◆ **Stored data**

BEGIN

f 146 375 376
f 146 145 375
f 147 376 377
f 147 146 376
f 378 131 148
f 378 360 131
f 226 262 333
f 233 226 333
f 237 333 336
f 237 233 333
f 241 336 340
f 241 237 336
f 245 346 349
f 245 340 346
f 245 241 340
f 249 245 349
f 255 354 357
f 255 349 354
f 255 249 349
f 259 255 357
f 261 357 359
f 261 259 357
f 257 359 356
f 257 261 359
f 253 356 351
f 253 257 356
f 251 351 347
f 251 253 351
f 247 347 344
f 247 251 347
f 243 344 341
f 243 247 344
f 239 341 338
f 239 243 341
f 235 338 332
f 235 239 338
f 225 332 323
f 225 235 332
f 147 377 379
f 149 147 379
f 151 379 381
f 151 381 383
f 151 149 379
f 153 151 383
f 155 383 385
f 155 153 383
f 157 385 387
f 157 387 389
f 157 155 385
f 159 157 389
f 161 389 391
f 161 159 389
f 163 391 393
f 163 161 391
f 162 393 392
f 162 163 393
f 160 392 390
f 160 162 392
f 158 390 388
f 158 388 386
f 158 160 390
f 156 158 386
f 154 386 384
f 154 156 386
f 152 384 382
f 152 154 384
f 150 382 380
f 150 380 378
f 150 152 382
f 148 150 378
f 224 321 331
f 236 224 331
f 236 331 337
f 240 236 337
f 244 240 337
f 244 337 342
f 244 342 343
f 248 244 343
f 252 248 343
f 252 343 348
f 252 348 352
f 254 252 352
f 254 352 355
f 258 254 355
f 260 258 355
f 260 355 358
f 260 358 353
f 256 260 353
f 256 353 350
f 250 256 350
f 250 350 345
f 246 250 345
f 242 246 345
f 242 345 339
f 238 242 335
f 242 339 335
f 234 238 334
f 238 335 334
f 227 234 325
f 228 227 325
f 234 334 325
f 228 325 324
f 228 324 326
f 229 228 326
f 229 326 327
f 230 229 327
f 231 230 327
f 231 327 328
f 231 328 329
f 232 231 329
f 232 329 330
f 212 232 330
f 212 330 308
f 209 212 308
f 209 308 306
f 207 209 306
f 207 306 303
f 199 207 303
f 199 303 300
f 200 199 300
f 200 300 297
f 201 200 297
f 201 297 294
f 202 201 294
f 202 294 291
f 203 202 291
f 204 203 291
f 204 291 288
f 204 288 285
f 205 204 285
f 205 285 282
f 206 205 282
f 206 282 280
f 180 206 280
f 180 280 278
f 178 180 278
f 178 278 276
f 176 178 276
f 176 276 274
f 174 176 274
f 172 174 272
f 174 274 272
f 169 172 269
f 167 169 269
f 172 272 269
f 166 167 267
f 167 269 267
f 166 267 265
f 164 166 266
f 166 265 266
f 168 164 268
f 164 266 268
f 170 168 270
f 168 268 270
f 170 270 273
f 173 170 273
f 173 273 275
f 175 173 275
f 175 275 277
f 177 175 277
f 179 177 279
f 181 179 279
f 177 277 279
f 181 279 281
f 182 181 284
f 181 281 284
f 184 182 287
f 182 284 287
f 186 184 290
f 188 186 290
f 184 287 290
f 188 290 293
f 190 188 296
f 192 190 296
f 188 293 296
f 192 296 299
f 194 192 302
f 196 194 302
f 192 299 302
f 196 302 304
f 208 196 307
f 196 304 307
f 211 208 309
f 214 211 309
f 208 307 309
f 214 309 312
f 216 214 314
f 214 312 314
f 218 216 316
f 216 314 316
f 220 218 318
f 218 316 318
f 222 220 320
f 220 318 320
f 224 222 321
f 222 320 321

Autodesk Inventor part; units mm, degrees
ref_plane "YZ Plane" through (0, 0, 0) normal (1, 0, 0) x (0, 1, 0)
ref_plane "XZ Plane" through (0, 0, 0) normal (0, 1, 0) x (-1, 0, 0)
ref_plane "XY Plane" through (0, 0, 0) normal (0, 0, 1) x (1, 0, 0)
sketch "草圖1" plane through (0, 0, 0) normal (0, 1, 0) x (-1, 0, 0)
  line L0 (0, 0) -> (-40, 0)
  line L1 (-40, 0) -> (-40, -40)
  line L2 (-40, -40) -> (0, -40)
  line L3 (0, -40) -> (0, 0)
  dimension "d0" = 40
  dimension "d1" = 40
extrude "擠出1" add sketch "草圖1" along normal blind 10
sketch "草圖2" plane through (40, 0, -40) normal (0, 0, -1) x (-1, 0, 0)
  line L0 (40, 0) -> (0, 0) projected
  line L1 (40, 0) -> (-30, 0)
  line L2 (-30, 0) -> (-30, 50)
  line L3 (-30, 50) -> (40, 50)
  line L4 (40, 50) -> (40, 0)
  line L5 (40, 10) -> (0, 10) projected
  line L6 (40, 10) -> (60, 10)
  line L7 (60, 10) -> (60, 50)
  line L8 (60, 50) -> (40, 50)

END

Given the data above, transcribe exactly the lines from the one containing "f 157 155 385" down to the one containing "f 260 355 358", and no others.

◆ **COMPLETED EXERCISE**
f 157 155 385
f 159 157 389
f 161 389 391
f 161 159 389
f 163 391 393
f 163 161 391
f 162 393 392
f 162 163 393
f 160 392 390
f 160 162 392
f 158 390 388
f 158 388 386
f 158 160 390
f 156 158 386
f 154 386 384
f 154 156 386
f 152 384 382
f 152 154 384
f 150 382 380
f 150 380 378
f 150 152 382
f 148 150 378
f 224 321 331
f 236 224 331
f 236 331 337
f 240 236 337
f 244 240 337
f 244 337 342
f 244 342 343
f 248 244 343
f 252 248 343
f 252 343 348
f 252 348 352
f 254 252 352
f 254 352 355
f 258 254 355
f 260 258 355
f 260 355 358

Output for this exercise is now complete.